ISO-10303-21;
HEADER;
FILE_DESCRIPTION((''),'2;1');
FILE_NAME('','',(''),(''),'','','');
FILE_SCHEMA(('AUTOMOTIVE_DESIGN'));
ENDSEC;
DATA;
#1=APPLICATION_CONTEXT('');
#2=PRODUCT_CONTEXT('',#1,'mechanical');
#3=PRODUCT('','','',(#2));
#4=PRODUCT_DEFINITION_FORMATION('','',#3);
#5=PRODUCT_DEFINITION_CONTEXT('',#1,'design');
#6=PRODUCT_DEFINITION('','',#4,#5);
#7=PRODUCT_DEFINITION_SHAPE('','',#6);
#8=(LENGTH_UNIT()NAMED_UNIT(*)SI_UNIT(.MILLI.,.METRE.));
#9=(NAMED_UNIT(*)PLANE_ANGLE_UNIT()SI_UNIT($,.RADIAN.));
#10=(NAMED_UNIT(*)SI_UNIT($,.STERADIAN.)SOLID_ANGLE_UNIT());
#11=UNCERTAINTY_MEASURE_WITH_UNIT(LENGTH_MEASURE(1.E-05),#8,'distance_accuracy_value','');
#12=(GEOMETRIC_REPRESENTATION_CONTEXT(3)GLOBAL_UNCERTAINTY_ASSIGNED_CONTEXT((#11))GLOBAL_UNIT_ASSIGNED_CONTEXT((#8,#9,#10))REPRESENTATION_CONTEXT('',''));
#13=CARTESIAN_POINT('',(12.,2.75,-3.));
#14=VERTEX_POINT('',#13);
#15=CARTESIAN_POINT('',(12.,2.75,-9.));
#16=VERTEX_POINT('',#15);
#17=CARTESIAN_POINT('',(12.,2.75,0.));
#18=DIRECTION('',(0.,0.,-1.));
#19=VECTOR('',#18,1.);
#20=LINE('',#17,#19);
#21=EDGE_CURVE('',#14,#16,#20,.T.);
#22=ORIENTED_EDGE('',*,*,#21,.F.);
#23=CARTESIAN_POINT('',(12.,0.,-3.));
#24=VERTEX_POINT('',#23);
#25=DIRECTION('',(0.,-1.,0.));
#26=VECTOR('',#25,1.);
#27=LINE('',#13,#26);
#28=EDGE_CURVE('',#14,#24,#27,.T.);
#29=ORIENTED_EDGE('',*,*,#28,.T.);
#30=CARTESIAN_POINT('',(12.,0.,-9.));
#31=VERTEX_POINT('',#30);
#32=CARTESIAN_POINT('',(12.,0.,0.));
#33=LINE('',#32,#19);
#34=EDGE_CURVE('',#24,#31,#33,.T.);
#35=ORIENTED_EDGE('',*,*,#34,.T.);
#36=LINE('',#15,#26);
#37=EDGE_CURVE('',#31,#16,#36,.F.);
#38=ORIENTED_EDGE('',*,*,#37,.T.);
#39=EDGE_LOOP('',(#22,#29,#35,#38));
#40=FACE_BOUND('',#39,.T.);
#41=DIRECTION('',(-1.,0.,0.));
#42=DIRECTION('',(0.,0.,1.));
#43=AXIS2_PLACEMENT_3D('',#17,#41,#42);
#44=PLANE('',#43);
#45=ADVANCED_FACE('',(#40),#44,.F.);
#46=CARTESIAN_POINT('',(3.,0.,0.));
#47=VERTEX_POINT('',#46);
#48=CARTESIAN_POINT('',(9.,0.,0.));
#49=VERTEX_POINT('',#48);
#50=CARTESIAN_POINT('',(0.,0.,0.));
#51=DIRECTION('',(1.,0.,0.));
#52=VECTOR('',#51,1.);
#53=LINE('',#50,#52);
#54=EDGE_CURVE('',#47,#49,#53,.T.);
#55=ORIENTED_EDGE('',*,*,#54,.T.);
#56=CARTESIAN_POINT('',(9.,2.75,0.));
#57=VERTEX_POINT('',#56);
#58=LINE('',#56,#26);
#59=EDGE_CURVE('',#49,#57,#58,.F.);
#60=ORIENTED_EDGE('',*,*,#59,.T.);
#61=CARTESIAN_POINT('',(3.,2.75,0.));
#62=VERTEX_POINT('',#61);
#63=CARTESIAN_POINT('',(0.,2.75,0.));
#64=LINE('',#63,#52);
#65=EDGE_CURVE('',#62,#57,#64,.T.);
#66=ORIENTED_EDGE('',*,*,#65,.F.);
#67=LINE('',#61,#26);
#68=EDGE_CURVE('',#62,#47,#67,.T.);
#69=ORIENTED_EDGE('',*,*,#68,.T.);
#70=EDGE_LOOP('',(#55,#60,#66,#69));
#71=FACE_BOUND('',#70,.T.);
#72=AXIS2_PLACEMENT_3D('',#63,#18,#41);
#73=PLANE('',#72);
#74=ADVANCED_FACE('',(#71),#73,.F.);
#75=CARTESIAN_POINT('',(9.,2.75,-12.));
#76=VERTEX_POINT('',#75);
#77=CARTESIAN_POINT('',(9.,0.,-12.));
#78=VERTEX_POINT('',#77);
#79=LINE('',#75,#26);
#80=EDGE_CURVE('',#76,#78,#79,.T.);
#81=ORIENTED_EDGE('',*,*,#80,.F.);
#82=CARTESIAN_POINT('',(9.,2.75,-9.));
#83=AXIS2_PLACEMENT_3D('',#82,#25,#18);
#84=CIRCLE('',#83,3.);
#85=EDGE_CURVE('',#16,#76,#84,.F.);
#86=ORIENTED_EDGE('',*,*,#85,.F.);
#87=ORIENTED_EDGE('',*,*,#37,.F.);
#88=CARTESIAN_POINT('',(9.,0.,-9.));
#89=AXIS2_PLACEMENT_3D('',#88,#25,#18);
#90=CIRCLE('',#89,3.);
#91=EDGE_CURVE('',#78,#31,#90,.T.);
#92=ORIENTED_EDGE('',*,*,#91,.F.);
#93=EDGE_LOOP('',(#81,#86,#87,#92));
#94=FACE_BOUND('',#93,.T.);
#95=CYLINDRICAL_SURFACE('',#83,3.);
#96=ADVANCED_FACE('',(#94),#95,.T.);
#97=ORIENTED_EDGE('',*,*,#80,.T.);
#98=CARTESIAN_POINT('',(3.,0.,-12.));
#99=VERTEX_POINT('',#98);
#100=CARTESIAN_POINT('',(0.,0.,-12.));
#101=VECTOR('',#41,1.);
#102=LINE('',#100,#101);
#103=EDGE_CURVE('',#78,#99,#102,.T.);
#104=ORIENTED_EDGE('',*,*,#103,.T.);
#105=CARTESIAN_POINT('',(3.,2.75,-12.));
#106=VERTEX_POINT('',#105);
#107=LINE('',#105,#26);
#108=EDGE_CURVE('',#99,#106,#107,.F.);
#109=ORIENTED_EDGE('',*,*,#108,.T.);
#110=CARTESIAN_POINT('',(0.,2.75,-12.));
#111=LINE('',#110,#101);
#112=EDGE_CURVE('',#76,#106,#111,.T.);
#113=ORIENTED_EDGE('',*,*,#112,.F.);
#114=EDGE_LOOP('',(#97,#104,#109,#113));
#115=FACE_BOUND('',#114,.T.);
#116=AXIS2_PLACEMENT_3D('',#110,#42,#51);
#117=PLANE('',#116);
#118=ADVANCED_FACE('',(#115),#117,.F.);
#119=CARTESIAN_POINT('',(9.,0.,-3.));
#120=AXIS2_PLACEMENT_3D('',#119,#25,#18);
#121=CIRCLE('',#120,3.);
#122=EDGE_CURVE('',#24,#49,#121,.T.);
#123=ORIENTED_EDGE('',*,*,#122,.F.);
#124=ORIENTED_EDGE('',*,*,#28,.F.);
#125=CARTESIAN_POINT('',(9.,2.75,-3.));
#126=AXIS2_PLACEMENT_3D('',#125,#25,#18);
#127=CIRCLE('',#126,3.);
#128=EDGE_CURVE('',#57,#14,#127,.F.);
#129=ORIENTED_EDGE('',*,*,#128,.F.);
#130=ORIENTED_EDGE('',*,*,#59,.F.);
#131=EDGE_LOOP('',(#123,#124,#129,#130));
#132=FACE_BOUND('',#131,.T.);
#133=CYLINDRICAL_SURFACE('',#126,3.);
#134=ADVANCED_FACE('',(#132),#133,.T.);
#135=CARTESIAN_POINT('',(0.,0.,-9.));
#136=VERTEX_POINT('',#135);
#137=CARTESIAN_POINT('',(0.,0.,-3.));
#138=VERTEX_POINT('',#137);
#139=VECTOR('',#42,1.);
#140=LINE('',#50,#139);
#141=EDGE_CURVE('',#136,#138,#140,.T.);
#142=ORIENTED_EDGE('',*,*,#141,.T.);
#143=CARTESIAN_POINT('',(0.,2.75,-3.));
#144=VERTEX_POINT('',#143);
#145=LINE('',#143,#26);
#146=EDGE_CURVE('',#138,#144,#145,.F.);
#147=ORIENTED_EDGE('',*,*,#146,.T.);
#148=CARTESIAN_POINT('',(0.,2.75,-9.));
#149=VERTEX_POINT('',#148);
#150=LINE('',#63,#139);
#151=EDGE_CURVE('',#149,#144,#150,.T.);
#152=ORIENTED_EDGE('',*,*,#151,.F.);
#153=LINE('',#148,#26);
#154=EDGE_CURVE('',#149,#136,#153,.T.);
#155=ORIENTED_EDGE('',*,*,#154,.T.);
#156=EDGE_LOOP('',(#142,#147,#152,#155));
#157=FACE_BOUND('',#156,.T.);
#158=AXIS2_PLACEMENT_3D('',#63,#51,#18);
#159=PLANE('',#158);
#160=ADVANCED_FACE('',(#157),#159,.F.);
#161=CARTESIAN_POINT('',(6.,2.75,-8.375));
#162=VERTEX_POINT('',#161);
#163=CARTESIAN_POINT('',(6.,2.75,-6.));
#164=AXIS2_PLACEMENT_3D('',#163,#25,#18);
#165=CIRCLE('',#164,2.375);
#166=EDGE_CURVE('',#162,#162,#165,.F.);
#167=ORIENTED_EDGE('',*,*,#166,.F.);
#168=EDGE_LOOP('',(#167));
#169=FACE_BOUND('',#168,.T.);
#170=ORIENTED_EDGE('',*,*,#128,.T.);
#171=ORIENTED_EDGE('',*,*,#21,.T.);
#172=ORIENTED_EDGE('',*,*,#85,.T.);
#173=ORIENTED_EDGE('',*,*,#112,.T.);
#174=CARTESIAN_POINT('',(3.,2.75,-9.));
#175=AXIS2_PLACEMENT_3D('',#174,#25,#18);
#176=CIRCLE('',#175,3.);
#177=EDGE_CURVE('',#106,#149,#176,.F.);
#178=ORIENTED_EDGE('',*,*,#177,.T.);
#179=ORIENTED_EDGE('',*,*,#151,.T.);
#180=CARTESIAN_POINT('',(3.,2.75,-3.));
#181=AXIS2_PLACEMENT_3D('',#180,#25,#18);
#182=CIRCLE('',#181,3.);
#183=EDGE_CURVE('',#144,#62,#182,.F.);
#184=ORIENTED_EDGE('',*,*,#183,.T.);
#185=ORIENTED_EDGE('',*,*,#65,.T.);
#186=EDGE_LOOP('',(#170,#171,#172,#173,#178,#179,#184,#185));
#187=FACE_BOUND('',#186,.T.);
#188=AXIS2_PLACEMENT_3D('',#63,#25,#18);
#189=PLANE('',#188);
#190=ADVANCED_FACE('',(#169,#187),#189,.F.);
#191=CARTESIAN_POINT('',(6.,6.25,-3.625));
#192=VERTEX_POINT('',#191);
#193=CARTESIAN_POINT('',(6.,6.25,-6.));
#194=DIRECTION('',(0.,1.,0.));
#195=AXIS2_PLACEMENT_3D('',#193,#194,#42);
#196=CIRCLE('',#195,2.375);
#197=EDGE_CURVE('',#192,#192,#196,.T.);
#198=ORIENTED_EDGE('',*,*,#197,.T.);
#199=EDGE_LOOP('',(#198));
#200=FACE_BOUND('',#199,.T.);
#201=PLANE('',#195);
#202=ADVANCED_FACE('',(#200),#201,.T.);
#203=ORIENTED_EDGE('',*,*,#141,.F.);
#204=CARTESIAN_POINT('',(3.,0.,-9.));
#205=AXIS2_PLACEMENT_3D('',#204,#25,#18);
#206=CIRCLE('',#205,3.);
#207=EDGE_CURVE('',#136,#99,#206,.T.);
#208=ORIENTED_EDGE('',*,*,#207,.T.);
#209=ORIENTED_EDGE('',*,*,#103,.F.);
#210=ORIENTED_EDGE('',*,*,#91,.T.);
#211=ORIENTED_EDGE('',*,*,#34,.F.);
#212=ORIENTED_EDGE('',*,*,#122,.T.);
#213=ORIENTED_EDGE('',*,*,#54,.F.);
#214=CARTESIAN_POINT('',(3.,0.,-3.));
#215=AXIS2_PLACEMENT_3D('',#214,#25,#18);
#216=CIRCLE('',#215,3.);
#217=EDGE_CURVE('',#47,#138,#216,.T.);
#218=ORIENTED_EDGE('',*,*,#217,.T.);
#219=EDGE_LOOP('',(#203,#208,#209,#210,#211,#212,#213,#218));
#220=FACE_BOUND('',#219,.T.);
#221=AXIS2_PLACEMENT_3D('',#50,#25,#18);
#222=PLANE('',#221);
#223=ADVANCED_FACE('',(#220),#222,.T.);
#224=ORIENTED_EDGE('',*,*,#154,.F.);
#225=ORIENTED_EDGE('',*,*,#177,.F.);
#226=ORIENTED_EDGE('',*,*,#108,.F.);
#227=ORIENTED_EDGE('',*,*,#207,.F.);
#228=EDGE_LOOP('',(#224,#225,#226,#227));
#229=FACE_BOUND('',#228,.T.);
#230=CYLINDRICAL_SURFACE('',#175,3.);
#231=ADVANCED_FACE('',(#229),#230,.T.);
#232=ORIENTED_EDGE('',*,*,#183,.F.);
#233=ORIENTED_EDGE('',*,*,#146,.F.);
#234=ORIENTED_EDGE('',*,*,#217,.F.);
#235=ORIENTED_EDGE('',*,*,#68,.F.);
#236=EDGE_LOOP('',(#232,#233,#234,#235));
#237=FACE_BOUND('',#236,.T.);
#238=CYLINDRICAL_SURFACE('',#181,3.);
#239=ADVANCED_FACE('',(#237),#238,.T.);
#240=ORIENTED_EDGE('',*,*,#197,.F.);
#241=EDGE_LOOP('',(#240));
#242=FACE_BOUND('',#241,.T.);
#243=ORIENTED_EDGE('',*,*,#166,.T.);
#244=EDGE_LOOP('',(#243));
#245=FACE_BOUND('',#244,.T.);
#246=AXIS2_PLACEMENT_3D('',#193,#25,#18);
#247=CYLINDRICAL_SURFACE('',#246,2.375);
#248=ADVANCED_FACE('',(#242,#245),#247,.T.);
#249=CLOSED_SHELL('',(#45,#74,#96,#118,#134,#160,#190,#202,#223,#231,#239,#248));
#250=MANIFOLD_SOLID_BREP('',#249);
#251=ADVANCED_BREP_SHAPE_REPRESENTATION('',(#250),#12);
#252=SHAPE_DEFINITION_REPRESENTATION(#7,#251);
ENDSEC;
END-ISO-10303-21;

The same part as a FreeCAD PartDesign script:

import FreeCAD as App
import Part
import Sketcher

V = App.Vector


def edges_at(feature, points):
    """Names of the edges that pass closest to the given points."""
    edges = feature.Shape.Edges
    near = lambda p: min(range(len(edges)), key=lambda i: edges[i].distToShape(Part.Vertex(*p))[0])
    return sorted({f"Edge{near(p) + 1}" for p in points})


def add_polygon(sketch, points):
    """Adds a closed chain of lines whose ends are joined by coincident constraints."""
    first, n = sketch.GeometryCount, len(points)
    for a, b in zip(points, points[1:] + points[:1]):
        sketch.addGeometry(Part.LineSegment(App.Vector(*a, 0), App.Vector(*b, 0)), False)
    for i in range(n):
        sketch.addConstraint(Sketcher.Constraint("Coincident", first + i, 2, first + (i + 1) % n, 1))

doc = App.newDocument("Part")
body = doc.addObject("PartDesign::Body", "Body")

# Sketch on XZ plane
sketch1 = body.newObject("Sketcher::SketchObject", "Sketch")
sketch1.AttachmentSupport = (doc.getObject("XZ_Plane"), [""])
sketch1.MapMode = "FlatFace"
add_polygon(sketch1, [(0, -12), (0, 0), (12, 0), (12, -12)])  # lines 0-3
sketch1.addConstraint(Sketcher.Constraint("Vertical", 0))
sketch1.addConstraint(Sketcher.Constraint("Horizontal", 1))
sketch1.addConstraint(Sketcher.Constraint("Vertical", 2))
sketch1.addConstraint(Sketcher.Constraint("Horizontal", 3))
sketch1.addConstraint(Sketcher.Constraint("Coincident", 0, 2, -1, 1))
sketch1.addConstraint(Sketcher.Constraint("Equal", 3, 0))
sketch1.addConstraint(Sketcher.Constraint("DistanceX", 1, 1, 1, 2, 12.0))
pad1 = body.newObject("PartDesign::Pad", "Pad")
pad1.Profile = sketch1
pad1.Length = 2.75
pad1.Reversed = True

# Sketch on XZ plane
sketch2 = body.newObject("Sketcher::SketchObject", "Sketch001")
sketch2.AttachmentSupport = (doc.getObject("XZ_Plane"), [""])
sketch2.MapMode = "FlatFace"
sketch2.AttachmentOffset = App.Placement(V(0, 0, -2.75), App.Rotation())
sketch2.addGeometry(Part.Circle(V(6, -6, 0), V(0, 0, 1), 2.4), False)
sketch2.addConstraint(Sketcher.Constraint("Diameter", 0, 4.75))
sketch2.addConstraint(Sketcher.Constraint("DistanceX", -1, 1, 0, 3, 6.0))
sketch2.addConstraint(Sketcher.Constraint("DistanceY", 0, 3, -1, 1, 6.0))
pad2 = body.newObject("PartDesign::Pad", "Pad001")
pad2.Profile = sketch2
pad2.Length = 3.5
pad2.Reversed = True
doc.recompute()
□ □ □ □ □ □ □
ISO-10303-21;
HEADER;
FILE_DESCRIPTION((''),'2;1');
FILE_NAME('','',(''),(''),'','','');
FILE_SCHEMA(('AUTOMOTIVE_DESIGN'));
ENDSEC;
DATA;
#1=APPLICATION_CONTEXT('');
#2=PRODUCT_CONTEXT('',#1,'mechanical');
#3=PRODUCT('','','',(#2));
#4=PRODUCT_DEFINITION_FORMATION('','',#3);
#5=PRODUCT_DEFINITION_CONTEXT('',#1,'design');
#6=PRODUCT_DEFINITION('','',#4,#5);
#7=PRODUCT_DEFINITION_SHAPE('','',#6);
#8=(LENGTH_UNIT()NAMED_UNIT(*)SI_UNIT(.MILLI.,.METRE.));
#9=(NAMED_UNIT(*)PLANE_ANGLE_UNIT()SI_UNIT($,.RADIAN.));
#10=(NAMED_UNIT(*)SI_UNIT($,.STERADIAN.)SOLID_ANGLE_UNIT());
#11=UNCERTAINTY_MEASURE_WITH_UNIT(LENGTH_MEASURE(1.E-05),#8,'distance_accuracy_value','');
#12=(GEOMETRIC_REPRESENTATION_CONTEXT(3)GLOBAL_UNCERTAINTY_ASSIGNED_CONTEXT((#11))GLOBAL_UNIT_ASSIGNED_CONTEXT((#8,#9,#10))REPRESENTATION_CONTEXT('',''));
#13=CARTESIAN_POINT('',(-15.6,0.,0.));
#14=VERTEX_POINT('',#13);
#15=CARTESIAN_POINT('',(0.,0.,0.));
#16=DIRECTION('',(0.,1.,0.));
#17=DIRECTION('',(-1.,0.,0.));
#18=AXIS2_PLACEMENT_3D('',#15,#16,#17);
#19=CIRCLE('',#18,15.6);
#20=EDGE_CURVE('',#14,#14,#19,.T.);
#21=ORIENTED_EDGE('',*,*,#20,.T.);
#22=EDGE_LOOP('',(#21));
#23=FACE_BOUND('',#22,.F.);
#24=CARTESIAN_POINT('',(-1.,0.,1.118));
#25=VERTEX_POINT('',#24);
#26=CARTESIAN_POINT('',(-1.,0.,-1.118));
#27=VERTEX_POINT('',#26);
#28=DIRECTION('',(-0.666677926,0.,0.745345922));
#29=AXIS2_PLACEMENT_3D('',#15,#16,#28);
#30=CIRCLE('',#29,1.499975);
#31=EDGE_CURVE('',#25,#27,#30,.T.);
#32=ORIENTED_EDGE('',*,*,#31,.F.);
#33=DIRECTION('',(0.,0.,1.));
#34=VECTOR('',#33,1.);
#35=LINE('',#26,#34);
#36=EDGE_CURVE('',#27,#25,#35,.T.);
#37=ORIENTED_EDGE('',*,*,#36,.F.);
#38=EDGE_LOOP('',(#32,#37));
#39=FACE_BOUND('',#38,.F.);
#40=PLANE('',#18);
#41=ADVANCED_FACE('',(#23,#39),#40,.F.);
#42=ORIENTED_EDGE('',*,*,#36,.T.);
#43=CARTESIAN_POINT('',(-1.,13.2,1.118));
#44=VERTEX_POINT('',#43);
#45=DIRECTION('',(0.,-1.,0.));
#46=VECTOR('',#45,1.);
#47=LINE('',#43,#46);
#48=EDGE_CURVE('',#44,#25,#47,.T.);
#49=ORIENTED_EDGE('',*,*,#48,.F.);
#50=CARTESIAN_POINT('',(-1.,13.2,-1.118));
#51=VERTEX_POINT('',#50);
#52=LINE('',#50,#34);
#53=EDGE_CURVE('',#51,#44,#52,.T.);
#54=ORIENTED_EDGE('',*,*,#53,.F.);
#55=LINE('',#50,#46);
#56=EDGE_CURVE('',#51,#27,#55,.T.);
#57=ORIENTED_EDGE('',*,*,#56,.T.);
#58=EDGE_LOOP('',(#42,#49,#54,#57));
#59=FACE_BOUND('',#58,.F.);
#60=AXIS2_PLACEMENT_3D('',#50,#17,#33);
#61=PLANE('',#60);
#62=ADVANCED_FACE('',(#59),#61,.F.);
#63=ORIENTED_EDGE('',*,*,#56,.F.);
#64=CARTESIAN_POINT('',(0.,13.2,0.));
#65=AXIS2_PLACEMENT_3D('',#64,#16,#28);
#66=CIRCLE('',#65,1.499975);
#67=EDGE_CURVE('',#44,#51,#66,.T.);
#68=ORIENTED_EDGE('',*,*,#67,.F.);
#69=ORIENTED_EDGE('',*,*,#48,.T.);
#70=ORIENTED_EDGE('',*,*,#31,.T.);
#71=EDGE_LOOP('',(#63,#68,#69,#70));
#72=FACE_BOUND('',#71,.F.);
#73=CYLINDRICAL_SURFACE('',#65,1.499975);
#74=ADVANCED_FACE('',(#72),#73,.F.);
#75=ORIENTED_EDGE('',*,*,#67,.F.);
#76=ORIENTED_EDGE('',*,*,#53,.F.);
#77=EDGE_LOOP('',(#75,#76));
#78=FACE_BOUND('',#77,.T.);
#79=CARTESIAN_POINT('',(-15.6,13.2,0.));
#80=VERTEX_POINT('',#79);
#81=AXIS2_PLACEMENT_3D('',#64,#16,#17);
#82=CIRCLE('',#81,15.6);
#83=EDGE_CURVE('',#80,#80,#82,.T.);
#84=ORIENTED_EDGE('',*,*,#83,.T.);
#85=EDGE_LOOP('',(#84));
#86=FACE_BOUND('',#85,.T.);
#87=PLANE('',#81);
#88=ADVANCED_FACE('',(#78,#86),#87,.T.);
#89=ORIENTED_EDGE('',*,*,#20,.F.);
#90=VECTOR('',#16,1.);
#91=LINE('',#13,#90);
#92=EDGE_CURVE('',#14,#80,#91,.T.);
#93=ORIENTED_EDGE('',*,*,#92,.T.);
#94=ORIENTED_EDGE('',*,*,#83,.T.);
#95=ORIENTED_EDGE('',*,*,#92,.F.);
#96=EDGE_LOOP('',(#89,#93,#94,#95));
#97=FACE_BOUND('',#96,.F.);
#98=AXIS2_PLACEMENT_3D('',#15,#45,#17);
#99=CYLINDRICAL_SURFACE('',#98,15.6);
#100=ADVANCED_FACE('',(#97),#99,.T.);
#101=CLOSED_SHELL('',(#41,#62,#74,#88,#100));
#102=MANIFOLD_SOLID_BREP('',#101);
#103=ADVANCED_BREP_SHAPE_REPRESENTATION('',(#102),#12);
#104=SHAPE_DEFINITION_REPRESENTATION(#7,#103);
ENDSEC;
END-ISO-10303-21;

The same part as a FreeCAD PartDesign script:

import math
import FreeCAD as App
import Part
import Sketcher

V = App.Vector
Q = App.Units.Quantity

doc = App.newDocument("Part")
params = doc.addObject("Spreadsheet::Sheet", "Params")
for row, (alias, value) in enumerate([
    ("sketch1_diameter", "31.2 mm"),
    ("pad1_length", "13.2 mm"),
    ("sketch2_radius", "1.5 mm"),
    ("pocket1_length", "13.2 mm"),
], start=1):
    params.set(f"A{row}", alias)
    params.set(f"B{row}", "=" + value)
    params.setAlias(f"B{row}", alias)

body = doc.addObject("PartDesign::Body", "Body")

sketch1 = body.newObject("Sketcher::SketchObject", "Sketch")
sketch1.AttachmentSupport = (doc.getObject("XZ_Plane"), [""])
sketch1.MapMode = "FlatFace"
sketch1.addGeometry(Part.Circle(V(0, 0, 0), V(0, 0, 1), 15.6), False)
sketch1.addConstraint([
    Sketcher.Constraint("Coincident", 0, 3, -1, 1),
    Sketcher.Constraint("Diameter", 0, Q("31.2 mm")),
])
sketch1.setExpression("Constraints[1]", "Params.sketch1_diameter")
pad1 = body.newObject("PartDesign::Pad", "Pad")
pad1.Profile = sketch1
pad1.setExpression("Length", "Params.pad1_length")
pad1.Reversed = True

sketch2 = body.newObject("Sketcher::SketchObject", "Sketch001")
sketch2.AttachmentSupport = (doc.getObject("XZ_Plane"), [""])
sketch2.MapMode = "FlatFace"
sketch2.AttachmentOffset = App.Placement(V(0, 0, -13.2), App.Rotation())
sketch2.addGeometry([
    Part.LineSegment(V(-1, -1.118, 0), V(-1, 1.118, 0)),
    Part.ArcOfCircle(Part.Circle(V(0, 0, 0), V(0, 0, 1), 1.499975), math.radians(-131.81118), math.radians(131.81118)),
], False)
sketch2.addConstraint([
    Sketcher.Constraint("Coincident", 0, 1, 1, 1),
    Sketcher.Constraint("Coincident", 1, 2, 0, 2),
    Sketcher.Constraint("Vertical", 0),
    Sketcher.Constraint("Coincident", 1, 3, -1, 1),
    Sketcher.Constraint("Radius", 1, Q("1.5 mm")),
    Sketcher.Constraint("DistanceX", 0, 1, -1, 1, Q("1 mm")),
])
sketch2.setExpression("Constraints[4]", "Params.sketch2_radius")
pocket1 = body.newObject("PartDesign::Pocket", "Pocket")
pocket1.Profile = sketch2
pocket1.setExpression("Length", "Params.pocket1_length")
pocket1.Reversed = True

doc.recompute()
□ □ □ □ □ □ □
# REQUIREMENT:
Please copy the lines above from the line with "#88=CARTESIAN_POINT('',(9.,0.,-9.));" up to and including the line with "#96=ADVANCED_FACE('',(#94),#95,.T.);", exactly as written and with nothing else.

# TASK RESPONSE:
#88=CARTESIAN_POINT('',(9.,0.,-9.));
#89=AXIS2_PLACEMENT_3D('',#88,#25,#18);
#90=CIRCLE('',#89,3.);
#91=EDGE_CURVE('',#78,#31,#90,.T.);
#92=ORIENTED_EDGE('',*,*,#91,.F.);
#93=EDGE_LOOP('',(#81,#86,#87,#92));
#94=FACE_BOUND('',#93,.T.);
#95=CYLINDRICAL_SURFACE('',#83,3.);
#96=ADVANCED_FACE('',(#94),#95,.T.);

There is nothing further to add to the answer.